▶ TASK: Gather all lines in the entries below that include the word "amount".

▶ ENTRIES SHOWN:
^^^^^^^^^^^^^^^^

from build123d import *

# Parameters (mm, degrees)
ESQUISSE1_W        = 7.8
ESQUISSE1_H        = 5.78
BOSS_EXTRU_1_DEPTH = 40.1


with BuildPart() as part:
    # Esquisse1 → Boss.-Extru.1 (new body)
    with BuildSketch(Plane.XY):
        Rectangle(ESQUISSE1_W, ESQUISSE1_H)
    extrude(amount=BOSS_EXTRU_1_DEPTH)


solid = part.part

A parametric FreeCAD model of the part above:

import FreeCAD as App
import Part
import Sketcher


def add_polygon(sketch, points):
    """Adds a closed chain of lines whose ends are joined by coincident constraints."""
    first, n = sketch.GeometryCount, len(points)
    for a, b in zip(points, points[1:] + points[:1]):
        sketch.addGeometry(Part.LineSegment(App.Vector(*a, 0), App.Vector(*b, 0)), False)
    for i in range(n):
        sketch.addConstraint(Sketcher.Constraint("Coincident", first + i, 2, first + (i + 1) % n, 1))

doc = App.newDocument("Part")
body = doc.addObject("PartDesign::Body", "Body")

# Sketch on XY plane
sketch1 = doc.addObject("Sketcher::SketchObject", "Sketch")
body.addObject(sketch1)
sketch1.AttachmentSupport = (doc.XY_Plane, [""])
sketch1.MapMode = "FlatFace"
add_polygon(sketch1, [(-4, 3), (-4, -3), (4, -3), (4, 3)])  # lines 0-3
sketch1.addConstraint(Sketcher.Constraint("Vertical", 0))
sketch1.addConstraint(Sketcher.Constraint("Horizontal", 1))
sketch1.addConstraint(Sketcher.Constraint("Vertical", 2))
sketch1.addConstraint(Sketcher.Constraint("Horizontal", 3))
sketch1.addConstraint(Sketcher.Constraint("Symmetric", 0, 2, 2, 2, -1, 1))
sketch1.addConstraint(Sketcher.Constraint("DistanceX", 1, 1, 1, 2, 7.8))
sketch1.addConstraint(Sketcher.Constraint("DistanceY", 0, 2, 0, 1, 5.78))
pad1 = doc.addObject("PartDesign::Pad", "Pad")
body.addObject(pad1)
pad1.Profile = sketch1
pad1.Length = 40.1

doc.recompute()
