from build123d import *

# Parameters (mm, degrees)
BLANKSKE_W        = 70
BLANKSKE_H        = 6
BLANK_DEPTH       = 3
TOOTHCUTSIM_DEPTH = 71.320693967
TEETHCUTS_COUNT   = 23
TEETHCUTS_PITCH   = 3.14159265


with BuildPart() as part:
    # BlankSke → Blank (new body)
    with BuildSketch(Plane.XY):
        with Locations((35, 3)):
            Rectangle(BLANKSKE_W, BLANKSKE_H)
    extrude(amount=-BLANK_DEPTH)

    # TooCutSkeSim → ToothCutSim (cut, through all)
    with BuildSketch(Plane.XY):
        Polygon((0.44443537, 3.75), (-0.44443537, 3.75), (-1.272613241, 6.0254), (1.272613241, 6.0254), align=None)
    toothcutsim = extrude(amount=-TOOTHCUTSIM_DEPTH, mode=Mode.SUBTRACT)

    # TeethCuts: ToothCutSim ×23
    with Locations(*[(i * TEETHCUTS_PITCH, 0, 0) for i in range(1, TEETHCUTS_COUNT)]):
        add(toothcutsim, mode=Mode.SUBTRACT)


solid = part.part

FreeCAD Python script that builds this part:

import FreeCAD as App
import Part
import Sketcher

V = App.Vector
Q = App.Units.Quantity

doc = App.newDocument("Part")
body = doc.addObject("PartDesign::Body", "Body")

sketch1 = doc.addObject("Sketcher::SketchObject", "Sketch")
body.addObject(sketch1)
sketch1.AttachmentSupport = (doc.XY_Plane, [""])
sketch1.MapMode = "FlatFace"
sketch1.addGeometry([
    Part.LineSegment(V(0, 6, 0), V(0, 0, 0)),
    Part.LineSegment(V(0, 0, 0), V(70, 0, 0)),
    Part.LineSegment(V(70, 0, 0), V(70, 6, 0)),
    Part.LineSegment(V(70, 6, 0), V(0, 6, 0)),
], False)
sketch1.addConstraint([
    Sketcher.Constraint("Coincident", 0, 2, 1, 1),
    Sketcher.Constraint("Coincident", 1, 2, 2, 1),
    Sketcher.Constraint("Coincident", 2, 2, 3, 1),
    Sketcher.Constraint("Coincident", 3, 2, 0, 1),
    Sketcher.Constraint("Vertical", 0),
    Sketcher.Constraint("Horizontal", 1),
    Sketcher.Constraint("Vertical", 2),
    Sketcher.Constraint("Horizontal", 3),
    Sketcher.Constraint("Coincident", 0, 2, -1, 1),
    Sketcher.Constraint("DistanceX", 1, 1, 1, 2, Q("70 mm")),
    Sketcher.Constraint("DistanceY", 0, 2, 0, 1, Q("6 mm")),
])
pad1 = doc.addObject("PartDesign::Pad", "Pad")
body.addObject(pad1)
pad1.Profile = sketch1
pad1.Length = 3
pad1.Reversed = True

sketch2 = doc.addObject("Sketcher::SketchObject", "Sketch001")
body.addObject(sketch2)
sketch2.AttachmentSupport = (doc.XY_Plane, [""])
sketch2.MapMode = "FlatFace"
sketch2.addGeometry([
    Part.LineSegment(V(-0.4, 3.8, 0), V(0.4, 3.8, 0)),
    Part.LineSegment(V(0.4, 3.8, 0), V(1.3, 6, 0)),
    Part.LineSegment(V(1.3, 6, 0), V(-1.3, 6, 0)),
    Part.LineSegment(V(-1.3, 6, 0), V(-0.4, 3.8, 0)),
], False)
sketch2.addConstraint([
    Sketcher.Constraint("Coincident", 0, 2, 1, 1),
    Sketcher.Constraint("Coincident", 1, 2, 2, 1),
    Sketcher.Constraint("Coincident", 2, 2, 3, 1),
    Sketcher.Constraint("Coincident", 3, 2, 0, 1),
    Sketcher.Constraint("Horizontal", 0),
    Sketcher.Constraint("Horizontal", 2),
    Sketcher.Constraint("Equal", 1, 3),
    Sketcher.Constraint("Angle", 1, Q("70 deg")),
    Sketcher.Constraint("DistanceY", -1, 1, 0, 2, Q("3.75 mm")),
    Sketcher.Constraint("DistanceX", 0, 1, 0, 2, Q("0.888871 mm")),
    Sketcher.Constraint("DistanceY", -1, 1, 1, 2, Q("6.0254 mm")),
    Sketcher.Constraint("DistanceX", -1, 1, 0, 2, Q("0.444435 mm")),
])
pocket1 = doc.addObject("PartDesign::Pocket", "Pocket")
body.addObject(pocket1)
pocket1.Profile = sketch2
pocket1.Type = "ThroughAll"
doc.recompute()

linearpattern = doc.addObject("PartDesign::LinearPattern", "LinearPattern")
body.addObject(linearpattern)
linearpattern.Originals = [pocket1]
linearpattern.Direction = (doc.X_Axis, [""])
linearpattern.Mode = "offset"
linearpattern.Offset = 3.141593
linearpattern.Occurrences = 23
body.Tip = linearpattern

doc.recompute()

^^^^^^^^^^^^^^^^

▶ COMPLETED TASK:
    extrude(amount=BOSS_EXTRU_1_DEPTH)
    extrude(amount=-BLANK_DEPTH)
    toothcutsim = extrude(amount=-TOOTHCUTSIM_DEPTH, mode=Mode.SUBTRACT)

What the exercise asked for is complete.